What to work on ▸
Needed from the data below: every line from the one with "face CYL(AX(P(-23.198456,-6,21),D(0,0,-1),D(-1,0,0)),3) [-e22" up to and including the one with "v25 (-14.142136,5,0)", repeated exactly and with nothing else.

Records to process ▸
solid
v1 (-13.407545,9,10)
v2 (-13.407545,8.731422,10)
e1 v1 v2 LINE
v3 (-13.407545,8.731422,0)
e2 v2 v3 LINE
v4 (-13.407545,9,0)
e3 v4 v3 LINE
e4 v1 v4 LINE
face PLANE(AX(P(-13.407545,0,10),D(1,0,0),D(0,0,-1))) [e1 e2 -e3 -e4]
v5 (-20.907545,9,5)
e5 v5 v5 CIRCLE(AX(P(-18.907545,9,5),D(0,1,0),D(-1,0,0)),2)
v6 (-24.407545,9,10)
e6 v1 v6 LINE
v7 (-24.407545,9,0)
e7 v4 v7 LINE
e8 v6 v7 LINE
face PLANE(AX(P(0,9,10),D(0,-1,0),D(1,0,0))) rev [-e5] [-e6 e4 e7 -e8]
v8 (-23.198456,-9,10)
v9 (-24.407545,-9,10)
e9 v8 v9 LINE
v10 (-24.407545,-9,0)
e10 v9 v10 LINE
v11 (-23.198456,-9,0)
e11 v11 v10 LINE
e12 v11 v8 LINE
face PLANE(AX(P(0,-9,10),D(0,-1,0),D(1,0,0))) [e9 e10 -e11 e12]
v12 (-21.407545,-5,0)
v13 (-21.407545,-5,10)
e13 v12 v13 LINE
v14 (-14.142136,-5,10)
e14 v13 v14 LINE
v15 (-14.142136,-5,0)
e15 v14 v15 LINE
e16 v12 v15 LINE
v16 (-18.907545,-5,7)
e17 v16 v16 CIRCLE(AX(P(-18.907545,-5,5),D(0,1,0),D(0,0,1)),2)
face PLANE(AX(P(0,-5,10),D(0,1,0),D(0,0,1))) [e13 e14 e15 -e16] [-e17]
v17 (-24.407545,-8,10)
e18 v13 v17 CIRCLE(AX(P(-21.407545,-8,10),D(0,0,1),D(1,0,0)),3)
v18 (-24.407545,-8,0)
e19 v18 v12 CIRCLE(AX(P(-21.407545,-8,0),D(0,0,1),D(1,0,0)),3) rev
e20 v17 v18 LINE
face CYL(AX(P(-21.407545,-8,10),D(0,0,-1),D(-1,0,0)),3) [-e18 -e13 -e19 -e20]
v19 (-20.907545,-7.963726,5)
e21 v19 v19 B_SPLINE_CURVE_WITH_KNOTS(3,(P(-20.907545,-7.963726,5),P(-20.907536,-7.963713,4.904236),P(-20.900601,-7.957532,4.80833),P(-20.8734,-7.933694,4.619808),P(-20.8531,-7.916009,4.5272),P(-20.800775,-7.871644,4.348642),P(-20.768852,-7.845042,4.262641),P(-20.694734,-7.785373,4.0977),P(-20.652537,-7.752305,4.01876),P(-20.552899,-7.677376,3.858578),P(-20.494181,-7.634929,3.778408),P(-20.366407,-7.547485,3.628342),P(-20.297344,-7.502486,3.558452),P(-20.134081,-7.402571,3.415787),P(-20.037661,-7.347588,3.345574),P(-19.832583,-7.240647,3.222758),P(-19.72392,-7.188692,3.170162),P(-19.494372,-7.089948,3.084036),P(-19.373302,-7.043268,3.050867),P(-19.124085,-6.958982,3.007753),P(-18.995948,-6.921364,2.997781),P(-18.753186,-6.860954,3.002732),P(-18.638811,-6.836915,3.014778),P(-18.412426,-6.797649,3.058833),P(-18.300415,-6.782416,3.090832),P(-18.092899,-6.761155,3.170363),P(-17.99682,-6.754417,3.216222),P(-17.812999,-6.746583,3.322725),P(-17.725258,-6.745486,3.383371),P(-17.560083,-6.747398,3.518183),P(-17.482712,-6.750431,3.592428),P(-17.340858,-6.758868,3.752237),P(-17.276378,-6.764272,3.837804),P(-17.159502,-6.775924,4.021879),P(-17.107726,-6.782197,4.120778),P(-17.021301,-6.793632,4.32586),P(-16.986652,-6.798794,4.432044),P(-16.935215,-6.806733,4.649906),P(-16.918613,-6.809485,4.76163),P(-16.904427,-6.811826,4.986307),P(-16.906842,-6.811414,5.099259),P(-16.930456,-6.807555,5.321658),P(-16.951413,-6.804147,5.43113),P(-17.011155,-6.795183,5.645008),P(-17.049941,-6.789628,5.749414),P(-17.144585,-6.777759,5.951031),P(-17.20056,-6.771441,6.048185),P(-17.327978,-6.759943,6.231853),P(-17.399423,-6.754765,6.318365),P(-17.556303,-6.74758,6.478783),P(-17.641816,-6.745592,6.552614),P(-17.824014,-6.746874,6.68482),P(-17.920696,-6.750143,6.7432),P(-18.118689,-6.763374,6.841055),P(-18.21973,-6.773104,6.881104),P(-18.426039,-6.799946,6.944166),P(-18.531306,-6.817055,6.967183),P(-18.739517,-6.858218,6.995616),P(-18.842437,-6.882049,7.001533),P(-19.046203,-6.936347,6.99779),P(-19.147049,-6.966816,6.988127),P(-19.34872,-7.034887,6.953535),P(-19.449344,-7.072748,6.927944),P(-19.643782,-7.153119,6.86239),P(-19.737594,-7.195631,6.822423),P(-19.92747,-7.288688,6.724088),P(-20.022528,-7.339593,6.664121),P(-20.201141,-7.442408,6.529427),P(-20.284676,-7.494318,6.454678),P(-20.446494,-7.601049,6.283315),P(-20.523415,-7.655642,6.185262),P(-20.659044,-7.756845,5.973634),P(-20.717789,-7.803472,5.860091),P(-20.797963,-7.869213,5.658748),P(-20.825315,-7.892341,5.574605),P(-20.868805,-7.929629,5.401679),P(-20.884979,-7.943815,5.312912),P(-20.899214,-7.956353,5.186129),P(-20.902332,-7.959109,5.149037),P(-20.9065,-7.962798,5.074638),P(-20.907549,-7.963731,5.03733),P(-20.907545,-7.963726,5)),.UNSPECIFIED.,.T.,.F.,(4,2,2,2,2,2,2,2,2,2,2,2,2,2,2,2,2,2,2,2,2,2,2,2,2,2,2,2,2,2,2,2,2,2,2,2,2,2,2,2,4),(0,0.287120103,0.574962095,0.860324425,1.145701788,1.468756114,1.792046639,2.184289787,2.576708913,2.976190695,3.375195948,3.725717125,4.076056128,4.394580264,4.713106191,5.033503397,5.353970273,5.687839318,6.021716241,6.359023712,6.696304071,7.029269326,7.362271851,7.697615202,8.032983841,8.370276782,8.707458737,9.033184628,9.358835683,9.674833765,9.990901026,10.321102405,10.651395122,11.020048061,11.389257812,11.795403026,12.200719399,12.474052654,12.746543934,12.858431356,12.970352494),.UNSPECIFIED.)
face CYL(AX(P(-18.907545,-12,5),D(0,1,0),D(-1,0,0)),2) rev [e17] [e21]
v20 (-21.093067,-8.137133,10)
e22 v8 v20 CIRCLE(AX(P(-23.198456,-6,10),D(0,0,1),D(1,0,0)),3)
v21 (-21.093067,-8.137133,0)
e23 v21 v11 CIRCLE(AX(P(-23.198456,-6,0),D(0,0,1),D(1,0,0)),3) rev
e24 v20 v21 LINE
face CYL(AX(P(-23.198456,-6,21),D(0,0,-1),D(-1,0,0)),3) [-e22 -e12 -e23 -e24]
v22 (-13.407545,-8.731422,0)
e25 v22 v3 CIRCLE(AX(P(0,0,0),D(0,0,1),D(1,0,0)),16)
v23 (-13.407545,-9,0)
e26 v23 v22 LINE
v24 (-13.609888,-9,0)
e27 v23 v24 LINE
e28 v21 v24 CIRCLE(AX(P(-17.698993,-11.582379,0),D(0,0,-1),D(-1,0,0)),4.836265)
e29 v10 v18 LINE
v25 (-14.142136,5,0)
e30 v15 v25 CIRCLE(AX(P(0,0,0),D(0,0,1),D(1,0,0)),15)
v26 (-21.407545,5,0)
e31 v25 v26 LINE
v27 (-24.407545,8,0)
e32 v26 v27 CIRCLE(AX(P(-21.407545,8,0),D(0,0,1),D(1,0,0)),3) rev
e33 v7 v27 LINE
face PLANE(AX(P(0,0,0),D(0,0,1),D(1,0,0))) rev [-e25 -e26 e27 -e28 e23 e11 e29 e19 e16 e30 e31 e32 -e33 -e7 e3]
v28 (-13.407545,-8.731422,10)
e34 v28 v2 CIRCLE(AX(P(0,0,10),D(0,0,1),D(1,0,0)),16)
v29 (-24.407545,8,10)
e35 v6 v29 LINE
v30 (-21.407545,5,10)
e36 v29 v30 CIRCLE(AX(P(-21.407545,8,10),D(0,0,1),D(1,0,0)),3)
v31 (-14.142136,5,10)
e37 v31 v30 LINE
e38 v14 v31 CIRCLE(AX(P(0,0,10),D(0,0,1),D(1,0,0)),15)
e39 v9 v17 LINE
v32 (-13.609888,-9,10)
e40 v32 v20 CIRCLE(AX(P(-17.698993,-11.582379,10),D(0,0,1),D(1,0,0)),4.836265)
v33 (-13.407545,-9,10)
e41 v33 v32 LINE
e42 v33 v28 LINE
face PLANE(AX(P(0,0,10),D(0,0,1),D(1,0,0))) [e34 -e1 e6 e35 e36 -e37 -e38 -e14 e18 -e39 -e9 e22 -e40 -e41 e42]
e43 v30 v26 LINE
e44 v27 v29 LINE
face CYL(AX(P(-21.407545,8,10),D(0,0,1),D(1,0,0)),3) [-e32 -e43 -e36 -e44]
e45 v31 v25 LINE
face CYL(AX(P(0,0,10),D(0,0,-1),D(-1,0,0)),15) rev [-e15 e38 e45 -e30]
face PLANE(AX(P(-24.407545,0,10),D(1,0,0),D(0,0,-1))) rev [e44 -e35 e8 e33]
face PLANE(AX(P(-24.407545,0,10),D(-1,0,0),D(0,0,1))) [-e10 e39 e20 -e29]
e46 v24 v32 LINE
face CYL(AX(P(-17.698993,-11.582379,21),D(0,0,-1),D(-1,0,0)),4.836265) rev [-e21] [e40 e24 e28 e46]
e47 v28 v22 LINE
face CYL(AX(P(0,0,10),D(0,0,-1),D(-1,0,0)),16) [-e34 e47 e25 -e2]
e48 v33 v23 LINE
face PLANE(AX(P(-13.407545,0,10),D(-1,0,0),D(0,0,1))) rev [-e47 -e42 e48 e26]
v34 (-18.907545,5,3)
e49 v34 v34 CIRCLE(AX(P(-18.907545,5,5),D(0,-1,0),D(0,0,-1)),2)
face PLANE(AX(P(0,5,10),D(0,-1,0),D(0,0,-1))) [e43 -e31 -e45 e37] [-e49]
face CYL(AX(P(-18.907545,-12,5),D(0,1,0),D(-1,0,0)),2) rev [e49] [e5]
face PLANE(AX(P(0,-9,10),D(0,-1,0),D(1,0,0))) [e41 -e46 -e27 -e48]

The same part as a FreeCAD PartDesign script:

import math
import FreeCAD as App
import Part
import Sketcher
from FreeCAD import Vector
Q = App.Units.Quantity


def edges_at(feature, points):
    """Names of the edges that pass closest to the given points."""
    edges = feature.Shape.Edges
    near = lambda p: min(range(len(edges)), key=lambda i: edges[i].distToShape(Part.Vertex(*p))[0])
    return sorted({f"Edge{near(p) + 1}" for p in points})

doc = App.newDocument("Part")
body = doc.addObject("PartDesign::Body", "Body")

# Sketch on XY plane
sketch1 = body.newObject("Sketcher::SketchObject", "Sketch")
sketch1.AttachmentSupport = (doc.getObject("XY_Plane"), [""])
sketch1.MapMode = "FlatFace"
sketch1.addGeometry([
    Part.LineSegment(Vector(-13.41, 8.73, 0), Vector(-13.41, 9, 0)),  # 0
    Part.LineSegment(Vector(-13.41, 9, 0), Vector(-24.41, 9, 0)),  # 1
    Part.LineSegment(Vector(-24.41, 9, 0), Vector(-24.41, 5, 0)),  # 2
    Part.LineSegment(Vector(-24.41, 5, 0), Vector(-14.14, 5, 0)),  # 3
    Part.ArcOfCircle(Part.Circle(Vector(0, 0, 0), Vector(0, 0, 1), 15), math.radians(0), math.radians(161)),  # 4
    Part.ArcOfCircle(Part.Circle(Vector(0, 0, 0), Vector(0, 0, 1), 15), math.radians(-161), math.radians(0)),  # 5
    Part.LineSegment(Vector(-14.14, -5, 0), Vector(-24.41, -5, 0)),  # 6
    Part.LineSegment(Vector(-24.41, -5, 0), Vector(-24.41, -9, 0)),  # 7
    Part.LineSegment(Vector(-24.41, -9, 0), Vector(-13.41, -9, 0)),  # 8
    Part.LineSegment(Vector(-13.41, -9, 0), Vector(-13.41, -8.73, 0)),  # 9
    Part.ArcOfCircle(Part.Circle(Vector(0, 0, 0), Vector(0, 0, 1), 16), math.radians(-147), math.radians(0)),  # 10
    Part.ArcOfCircle(Part.Circle(Vector(0, 0, 0), Vector(0, 0, 1), 16), math.radians(0), math.radians(147)),  # 11
], False)
sketch1.addConstraint([
    Sketcher.Constraint("Coincident", 0, 2, 1, 1),
    Sketcher.Constraint("Coincident", 1, 2, 2, 1),
    Sketcher.Constraint("Coincident", 2, 2, 3, 1),
    Sketcher.Constraint("Coincident", 3, 2, 4, 2),
    Sketcher.Constraint("Tangent", 4, 1, 5, 2),
    Sketcher.Constraint("Coincident", 5, 1, 6, 1),
    Sketcher.Constraint("Coincident", 6, 2, 7, 1),
    Sketcher.Constraint("Coincident", 7, 2, 8, 1),
    Sketcher.Constraint("Coincident", 8, 2, 9, 1),
    Sketcher.Constraint("Coincident", 9, 2, 10, 1),
    Sketcher.Constraint("Tangent", 10, 2, 11, 1),
    Sketcher.Constraint("Coincident", 11, 2, 0, 1),
    Sketcher.Constraint("Vertical", 0),
    Sketcher.Constraint("Horizontal", 1),
    Sketcher.Constraint("Vertical", 2),
    Sketcher.Constraint("Horizontal", 3),
    Sketcher.Constraint("Horizontal", 6),
    Sketcher.Constraint("Vertical", 7),
    Sketcher.Constraint("Horizontal", 8),
    Sketcher.Constraint("Vertical", 9),
    Sketcher.Constraint("Coincident", 4, 3, -1, 1),
    Sketcher.Constraint("Coincident", 10, 3, -1, 1),
    Sketcher.Constraint("Equal", 4, 5),
    Sketcher.Constraint("Equal", 10, 11),
    Sketcher.Constraint("Symmetric", 2, 2, 6, 2, -1),
    Sketcher.Constraint("Symmetric", 0, 2, 8, 2, -1),
    Sketcher.Constraint("PointOnObject", 4, 1, -1),
    Sketcher.Constraint("PointOnObject", 10, 2, -1),
    Sketcher.Constraint("Radius", 4, Q("15 mm")),
    Sketcher.Constraint("Radius", 10, Q("16 mm")),
    Sketcher.Constraint("DistanceX", 1, 2, 1, 1, Q("11 mm")),
    Sketcher.Constraint("DistanceY", 2, 2, 2, 1, Q("4 mm")),
    Sketcher.Constraint("DistanceY", -1, 1, 0, 2, Q("9 mm")),
    Sketcher.Constraint("DistanceX", 3, 1, 3, 2, Q("10.26541 mm")),
])
pad1 = body.newObject("PartDesign::Pad", "Pad")
pad1.Profile = sketch1
pad1.Length = 10
doc.recompute()

fillet = body.newObject("PartDesign::Fillet", "Fillet")
fillet.Base = (pad1, edges_at(pad1, [(-24.408, 5, 5), (-24.408, -5, 5)]))
fillet.Radius = 3

# Sketch on XZ plane
sketch2 = body.newObject("Sketcher::SketchObject", "Sketch001")
sketch2.AttachmentSupport = (doc.getObject("XZ_Plane"), [""])
sketch2.MapMode = "FlatFace"
sketch2.AttachmentOffset = App.Placement(Vector(0, 0, -9), App.Rotation())
sketch2.addGeometry(Part.Circle(Vector(-18.9, 5, 0), Vector(0, 0, 1), 2), False)
sketch2.addConstraint([
    Sketcher.Constraint("Diameter", 0, Q("4 mm")),
    Sketcher.Constraint("DistanceY", -1, 1, 0, 3, Q("5 mm")),
    Sketcher.Constraint("DistanceX", 0, 3, -1, 1, Q("18.907545 mm")),
])
pocket1 = body.newObject("PartDesign::Pocket", "Pocket")
pocket1.Profile = sketch2
pocket1.Length = 21
pocket1.Reversed = True

# Sketch on XY plane
sketch3 = body.newObject("Sketcher::SketchObject", "Sketch002")
sketch3.AttachmentSupport = (doc.getObject("XY_Plane"), [""])
sketch3.MapMode = "FlatFace"
sketch3.addGeometry(Part.Circle(Vector(-17.7, -11.6, 0), Vector(0, 0, 1), 4.8), False)
sketch3.addConstraint([
    Sketcher.Constraint("Diameter", 0, Q("9.67253 mm")),
    Sketcher.Constraint("DistanceY", 0, 3, -1, 1, Q("11.582379 mm")),
    Sketcher.Constraint("DistanceX", 0, 3, -1, 1, Q("17.698993 mm")),
])
pocket2 = body.newObject("PartDesign::Pocket", "Pocket001")
pocket2.Profile = sketch3
pocket2.Length = 21
pocket2.Reversed = True
doc.recompute()

fillet2 = body.newObject("PartDesign::Fillet", "Fillet001")
fillet2.Base = (pocket2, edges_at(pocket2, [(-21.788, -9, 5)]))
fillet2.Radius = 3

doc.recompute()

Answer section ▸
face CYL(AX(P(-23.198456,-6,21),D(0,0,-1),D(-1,0,0)),3) [-e22 -e12 -e23 -e24]
v22 (-13.407545,-8.731422,0)
e25 v22 v3 CIRCLE(AX(P(0,0,0),D(0,0,1),D(1,0,0)),16)
v23 (-13.407545,-9,0)
e26 v23 v22 LINE
v24 (-13.609888,-9,0)
e27 v23 v24 LINE
e28 v21 v24 CIRCLE(AX(P(-17.698993,-11.582379,0),D(0,0,-1),D(-1,0,0)),4.836265)
e29 v10 v18 LINE
v25 (-14.142136,5,0)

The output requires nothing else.